When you reach the line with "Line((19.166434, 8.095445), (24.789863, 16.820208))" in the listing below, transcribe it and each line after it up to and including the line with "Rebuilt in FreeCAD, every", exactly and with nothing else.
::: Supplied data
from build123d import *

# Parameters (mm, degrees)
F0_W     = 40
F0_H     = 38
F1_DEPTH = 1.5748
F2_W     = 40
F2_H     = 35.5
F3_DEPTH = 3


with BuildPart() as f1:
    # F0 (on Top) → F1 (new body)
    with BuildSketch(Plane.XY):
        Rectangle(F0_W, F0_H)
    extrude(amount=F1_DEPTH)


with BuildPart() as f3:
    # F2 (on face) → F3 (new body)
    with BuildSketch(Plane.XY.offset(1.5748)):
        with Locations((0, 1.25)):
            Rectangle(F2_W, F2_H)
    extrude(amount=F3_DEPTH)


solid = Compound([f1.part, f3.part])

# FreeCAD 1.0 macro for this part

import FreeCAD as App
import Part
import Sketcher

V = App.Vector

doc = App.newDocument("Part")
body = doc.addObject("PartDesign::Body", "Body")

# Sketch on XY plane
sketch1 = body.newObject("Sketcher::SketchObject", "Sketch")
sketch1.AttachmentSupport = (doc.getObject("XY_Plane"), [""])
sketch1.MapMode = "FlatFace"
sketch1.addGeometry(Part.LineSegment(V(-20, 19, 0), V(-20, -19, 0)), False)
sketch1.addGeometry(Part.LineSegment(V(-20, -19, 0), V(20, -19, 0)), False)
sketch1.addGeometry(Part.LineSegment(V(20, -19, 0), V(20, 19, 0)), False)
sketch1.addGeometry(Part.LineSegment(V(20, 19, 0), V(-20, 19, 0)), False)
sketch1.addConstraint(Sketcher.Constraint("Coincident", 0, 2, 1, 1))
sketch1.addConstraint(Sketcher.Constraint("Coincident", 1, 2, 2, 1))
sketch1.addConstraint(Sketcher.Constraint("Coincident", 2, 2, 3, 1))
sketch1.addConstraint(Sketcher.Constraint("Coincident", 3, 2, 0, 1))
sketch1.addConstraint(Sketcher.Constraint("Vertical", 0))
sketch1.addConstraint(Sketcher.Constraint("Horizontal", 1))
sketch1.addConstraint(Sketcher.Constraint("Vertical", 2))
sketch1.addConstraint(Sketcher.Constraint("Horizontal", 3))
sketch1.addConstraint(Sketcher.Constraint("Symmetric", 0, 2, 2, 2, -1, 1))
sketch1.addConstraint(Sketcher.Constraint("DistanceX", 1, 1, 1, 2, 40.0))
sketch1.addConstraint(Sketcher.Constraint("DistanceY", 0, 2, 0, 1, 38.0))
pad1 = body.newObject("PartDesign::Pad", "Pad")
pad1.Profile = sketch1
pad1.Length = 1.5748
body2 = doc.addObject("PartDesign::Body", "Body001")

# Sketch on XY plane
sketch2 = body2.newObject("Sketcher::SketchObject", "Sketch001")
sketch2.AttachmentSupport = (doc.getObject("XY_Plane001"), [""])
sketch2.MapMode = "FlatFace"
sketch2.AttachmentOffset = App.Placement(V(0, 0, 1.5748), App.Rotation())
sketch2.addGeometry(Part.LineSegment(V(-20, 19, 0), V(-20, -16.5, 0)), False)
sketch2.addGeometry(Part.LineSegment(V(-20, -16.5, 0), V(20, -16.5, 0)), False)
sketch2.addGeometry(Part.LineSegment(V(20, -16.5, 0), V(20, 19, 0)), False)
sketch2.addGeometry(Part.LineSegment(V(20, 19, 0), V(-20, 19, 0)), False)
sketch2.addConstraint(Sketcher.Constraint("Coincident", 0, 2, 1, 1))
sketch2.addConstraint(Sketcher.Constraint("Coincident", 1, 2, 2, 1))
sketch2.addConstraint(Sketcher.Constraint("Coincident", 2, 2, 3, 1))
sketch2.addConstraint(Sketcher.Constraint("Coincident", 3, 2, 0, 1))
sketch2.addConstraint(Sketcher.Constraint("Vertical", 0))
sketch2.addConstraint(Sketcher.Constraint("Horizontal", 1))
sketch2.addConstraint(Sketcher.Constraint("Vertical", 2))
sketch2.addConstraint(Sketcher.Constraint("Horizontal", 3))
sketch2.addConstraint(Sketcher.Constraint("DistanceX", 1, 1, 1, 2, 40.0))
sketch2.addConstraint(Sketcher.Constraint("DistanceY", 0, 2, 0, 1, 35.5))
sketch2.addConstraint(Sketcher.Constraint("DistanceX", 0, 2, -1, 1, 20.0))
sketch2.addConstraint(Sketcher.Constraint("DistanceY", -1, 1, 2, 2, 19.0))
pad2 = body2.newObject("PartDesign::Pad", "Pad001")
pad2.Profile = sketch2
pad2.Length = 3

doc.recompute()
::::::
::: Supplied data
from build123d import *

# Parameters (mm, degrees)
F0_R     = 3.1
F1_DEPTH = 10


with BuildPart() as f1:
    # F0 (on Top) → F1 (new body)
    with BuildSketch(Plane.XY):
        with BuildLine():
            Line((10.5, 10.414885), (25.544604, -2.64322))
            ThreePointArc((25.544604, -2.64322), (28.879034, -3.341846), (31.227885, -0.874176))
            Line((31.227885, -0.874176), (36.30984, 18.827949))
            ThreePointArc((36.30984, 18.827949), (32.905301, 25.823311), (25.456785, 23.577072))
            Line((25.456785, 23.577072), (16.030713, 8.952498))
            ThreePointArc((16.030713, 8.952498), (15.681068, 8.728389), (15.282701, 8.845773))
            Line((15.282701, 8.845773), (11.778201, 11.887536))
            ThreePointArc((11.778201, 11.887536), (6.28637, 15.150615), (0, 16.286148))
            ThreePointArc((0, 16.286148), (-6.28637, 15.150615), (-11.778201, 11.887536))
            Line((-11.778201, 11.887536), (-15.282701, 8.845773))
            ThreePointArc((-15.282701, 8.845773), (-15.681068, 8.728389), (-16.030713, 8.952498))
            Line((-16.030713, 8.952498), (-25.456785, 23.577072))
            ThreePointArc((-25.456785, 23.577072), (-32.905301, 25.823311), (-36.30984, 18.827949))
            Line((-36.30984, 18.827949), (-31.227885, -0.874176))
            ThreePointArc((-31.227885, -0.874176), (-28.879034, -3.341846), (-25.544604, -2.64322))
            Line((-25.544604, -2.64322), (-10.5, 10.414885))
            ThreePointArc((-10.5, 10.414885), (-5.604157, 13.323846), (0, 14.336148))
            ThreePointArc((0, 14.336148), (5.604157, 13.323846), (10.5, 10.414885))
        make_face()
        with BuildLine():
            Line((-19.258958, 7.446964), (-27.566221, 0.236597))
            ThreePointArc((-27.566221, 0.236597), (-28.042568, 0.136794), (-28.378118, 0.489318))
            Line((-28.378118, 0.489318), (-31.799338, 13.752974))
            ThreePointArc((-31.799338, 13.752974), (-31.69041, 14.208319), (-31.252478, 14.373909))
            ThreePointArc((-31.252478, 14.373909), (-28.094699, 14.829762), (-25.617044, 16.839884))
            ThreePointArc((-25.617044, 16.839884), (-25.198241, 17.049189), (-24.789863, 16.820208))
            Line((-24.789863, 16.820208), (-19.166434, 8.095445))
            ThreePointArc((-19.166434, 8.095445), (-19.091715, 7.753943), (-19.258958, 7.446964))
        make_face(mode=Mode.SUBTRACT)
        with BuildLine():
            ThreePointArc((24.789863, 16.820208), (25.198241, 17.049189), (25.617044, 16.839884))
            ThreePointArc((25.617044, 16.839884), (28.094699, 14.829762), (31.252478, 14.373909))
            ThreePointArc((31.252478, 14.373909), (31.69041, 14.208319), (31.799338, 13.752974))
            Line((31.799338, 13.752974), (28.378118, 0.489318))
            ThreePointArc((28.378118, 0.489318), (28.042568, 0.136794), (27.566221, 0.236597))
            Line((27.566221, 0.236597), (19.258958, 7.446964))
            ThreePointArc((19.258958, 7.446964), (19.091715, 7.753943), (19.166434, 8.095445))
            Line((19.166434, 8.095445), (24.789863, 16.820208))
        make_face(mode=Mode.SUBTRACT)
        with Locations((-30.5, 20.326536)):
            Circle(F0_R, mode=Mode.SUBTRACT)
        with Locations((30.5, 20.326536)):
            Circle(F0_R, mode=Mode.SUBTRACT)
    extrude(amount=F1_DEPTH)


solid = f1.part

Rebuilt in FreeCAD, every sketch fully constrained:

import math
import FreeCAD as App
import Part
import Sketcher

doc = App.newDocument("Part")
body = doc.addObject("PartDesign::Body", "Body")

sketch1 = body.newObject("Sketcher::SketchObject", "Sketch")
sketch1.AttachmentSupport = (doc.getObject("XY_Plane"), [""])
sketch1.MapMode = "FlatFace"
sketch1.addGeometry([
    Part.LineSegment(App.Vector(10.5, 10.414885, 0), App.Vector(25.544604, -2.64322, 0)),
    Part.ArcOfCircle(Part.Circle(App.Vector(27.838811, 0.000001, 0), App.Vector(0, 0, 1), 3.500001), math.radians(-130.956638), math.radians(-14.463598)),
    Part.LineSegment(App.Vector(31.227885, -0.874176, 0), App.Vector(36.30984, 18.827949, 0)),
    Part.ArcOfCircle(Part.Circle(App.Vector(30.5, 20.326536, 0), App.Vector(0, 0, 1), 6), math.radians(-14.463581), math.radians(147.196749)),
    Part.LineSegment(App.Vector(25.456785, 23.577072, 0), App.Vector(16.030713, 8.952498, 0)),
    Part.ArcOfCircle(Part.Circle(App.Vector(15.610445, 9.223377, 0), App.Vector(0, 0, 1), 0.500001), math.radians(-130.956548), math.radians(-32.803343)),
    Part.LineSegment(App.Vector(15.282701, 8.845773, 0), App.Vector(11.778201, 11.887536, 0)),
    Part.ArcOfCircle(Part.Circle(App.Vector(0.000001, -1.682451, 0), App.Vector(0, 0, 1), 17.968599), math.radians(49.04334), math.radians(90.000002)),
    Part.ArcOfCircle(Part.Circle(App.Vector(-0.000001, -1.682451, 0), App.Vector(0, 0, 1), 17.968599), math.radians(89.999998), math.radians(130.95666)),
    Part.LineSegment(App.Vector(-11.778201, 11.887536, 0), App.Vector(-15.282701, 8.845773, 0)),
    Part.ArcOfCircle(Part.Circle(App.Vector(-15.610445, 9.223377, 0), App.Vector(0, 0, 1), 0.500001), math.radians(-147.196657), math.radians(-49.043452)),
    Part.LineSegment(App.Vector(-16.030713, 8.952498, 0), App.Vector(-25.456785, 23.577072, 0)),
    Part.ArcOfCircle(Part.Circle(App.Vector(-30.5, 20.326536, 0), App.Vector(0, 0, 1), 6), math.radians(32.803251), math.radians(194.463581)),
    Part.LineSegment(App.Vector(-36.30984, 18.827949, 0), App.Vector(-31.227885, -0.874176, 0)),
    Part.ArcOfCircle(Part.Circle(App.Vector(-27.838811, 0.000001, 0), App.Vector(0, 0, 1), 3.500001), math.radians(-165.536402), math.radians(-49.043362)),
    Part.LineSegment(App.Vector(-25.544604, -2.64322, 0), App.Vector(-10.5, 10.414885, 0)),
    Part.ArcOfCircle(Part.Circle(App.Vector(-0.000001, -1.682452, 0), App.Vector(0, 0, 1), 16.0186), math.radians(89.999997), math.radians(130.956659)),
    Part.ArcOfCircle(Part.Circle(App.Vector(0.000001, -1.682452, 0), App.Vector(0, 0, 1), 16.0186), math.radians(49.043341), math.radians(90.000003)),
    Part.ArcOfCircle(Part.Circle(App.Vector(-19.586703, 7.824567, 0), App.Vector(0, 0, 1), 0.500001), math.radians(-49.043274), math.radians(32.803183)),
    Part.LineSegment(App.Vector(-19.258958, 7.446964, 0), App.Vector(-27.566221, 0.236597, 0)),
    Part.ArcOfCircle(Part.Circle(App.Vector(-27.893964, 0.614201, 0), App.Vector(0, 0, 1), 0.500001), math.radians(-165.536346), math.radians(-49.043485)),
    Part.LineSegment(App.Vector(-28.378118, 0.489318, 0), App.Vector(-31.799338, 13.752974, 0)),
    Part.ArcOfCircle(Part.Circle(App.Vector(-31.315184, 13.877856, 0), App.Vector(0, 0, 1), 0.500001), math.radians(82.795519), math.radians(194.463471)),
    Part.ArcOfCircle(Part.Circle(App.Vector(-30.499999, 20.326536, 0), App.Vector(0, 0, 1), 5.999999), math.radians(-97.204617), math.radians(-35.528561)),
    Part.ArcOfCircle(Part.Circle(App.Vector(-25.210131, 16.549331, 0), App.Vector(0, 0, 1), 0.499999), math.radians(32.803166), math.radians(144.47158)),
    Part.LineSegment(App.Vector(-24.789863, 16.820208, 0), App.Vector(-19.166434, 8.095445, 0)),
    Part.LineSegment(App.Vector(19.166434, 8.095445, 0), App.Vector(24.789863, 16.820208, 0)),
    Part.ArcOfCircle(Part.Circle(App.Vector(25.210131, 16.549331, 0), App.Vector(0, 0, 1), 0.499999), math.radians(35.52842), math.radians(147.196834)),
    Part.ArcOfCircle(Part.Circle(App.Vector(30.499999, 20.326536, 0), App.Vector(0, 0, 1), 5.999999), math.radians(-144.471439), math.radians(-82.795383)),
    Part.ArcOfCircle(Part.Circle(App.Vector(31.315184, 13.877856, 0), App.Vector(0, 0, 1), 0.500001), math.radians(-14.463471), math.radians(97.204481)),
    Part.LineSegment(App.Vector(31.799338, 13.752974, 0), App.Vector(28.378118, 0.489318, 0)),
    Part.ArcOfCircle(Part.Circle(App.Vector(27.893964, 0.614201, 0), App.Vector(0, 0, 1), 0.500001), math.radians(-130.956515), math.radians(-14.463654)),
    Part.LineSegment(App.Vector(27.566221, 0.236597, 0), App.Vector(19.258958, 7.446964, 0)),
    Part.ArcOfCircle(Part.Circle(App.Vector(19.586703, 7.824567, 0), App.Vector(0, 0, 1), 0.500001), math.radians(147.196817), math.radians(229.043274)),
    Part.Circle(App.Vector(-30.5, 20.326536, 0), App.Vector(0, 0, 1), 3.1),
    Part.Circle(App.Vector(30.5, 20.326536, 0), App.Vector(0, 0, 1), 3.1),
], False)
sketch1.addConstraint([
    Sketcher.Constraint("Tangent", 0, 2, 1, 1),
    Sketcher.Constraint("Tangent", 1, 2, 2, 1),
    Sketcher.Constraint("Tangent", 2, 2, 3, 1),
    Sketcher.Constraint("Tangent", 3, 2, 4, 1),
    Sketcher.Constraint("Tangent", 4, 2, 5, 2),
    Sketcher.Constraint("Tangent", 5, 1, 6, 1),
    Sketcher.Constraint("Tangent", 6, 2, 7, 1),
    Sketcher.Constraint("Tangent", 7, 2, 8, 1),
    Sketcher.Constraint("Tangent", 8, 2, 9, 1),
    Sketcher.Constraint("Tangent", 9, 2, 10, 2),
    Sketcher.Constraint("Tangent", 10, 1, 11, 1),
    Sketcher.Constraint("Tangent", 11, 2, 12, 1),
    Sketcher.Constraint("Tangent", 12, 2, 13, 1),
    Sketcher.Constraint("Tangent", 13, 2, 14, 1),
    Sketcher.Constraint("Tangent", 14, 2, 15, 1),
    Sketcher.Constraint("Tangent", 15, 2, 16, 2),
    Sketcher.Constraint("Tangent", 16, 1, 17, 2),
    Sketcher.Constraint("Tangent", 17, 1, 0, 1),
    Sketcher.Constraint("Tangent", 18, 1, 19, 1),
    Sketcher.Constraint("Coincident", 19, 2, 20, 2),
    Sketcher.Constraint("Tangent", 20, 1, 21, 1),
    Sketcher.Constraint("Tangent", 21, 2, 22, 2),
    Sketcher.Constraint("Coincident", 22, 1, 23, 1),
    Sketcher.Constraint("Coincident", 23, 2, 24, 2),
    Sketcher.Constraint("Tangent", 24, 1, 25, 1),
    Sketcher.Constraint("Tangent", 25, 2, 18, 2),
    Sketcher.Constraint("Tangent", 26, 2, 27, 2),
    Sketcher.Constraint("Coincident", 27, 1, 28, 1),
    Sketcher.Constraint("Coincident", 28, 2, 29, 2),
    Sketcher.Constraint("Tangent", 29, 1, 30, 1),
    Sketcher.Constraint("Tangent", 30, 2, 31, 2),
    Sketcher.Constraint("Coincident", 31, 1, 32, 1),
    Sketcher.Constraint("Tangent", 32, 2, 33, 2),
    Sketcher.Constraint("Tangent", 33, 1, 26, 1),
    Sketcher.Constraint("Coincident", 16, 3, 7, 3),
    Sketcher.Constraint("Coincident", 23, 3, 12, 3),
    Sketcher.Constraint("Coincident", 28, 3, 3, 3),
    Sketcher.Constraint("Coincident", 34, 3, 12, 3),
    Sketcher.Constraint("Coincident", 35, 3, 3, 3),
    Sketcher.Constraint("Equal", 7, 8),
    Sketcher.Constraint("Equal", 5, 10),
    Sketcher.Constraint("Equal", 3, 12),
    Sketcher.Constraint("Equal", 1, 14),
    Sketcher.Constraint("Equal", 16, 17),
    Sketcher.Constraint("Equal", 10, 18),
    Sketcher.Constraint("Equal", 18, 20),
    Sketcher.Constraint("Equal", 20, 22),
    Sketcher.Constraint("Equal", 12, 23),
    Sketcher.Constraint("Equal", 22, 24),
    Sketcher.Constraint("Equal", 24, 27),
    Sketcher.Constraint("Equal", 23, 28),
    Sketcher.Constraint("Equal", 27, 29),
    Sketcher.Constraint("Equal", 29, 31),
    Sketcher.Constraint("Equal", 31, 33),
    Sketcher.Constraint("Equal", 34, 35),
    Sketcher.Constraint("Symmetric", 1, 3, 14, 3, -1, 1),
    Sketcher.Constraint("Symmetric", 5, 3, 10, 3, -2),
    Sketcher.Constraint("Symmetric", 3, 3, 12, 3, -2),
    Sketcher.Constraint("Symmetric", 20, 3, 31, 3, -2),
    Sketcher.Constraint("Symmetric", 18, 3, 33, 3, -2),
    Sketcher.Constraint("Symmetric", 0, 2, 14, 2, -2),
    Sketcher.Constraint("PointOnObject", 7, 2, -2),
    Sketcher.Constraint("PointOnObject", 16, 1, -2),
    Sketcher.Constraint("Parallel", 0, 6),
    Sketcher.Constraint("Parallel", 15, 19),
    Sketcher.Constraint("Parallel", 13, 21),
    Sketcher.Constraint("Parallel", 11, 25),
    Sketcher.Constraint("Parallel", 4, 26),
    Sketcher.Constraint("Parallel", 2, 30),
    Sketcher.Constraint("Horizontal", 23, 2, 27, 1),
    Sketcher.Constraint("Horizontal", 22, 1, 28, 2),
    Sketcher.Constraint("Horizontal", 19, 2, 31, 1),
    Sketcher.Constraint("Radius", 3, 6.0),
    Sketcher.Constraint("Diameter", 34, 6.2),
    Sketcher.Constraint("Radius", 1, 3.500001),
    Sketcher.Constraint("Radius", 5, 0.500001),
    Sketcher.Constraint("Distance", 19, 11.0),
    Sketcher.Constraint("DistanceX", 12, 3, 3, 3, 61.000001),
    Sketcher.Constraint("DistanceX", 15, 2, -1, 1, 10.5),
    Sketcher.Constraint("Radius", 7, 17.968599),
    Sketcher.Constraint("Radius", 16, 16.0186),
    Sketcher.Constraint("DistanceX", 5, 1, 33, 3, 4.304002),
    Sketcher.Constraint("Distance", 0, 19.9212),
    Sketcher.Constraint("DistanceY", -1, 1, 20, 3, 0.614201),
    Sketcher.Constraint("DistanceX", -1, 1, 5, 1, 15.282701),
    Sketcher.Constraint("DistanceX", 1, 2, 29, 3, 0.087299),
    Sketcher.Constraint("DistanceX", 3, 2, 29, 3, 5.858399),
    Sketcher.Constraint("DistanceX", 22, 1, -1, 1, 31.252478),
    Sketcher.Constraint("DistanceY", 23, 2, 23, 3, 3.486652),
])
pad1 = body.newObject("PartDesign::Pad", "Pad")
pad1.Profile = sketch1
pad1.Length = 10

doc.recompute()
::::::
▸ Solution to this problem
            Line((19.166434, 8.095445), (24.789863, 16.820208))
        make_face(mode=Mode.SUBTRACT)
        with Locations((-30.5, 20.326536)):
            Circle(F0_R, mode=Mode.SUBTRACT)
        with Locations((30.5, 20.326536)):
            Circle(F0_R, mode=Mode.SUBTRACT)
    extrude(amount=F1_DEPTH)


solid = f1.part

Rebuilt in FreeCAD, every sketch fully constrained:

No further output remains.